Transform Your Applications with Text-to-Speech Using WhisperSpeech Actions

Integrating advanced text-to-speech capabilities into your applications can greatly enhance user experience, making content more accessible and engaging. The WhisperSpeech Cognitive Actions, part of the lucataco/whisperspeech-small spec, provides developers with powerful tools to convert text into high-quality speech. This open-source system employs cutting-edge models like Whisper, EnCodec, and Vocos to deliver impressive speech synthesis that rivals traditional methods.
Prerequisites
Before diving into the integration of the WhisperSpeech Cognitive Actions, ensure you have the following:
- API Key: You will need an API key for the Cognitive Actions platform to authenticate your requests.
- Setup: Familiarize yourself with passing the API key in the headers of your requests, which is typically done using the
Authorizationheader.
Cognitive Actions Overview
Convert Text to Speech with WhisperSpeech
This action allows you to convert a string of text into synthesized speech.

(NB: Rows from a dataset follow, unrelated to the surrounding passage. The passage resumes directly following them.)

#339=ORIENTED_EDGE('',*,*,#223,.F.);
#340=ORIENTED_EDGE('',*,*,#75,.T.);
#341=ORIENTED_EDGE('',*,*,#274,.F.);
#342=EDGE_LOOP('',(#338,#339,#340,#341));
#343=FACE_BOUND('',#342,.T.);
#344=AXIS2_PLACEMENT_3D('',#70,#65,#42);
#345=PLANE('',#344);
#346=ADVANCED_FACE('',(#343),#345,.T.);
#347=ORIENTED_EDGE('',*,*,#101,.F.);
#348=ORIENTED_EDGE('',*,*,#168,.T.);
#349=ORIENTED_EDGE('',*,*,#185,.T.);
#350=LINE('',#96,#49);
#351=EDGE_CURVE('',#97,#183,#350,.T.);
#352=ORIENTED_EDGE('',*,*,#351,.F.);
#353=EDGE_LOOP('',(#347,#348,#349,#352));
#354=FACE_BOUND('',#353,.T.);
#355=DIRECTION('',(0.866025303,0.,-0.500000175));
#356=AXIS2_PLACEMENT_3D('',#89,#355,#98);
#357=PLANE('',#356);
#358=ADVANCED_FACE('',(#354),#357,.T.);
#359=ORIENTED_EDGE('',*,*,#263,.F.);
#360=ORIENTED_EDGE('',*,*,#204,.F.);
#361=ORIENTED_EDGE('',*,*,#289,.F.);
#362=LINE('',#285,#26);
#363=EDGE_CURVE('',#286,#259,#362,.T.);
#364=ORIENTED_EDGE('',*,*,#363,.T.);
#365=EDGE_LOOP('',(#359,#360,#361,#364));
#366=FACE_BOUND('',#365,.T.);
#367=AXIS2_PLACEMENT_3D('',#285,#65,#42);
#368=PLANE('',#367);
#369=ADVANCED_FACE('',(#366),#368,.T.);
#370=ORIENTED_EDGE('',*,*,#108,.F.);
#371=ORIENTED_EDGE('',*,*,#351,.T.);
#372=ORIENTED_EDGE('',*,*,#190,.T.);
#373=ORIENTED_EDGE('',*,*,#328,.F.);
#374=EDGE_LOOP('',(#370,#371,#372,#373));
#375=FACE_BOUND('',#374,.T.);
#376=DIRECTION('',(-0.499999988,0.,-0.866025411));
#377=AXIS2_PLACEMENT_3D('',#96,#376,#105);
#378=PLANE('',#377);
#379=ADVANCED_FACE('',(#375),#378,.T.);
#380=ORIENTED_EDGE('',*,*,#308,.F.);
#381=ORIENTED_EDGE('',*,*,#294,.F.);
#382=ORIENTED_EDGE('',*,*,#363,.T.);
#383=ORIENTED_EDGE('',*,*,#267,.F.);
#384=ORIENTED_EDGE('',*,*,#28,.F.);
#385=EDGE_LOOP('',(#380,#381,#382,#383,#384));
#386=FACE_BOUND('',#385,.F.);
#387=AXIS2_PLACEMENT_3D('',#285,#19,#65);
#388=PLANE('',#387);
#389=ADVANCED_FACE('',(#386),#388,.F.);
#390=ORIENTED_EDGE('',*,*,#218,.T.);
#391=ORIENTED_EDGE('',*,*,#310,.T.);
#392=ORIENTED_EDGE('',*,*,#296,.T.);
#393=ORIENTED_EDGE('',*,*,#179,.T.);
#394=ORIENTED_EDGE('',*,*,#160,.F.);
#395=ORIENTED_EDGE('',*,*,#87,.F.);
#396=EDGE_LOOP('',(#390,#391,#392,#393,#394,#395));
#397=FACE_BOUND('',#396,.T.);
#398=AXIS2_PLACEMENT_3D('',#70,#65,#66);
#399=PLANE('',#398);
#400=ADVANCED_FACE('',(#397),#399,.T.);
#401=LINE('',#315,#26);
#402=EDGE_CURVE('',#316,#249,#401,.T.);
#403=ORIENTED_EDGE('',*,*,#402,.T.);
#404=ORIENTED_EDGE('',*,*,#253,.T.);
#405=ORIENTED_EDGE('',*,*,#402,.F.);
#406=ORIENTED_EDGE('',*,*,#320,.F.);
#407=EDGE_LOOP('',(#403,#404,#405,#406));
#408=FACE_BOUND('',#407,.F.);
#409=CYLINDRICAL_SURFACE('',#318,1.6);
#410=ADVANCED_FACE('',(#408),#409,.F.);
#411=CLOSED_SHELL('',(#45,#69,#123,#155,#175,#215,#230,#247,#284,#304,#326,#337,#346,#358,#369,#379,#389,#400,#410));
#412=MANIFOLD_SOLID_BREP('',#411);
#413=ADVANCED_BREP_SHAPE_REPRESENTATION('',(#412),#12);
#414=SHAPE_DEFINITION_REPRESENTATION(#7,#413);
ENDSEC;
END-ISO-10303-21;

It leverages voice cloning capabilities and is designed to create high-quality audio output, similar in impact to what Stable Diffusion has achieved in the realm of image synthesis.
Input
The input schema for this action is a JSON object requiring the following fields:
- prompt: A string containing the text to be converted into speech.
- languageCode: A string indicating the language for synthesis; supported values are
en(English) andpl(Polish). Defaults toen. - voiceProfileUrl: A string that provides a URL to an audio file for zero-shot voice cloning, enabling the model to mimic the specified voice.
Example Input
{
"prompt": "This is the first demo of Whisper Speech, a fully open source text-to-speech model trained by Collabora and Lion on the Juwels supercomputer",
"languageCode": "en",
"voiceProfileUrl": ""
}
Output
Upon successful execution, the action returns a URL pointing to the generated audio file in WAV format.
Example Output
"https://assets.cognitiveactions.com/invocations/a521a8ec-1dcc-4f1b-9ac8-98a7382cbbf9/97ddc8df-5f02-4dca-8b55-4d8a82bf5270.wav"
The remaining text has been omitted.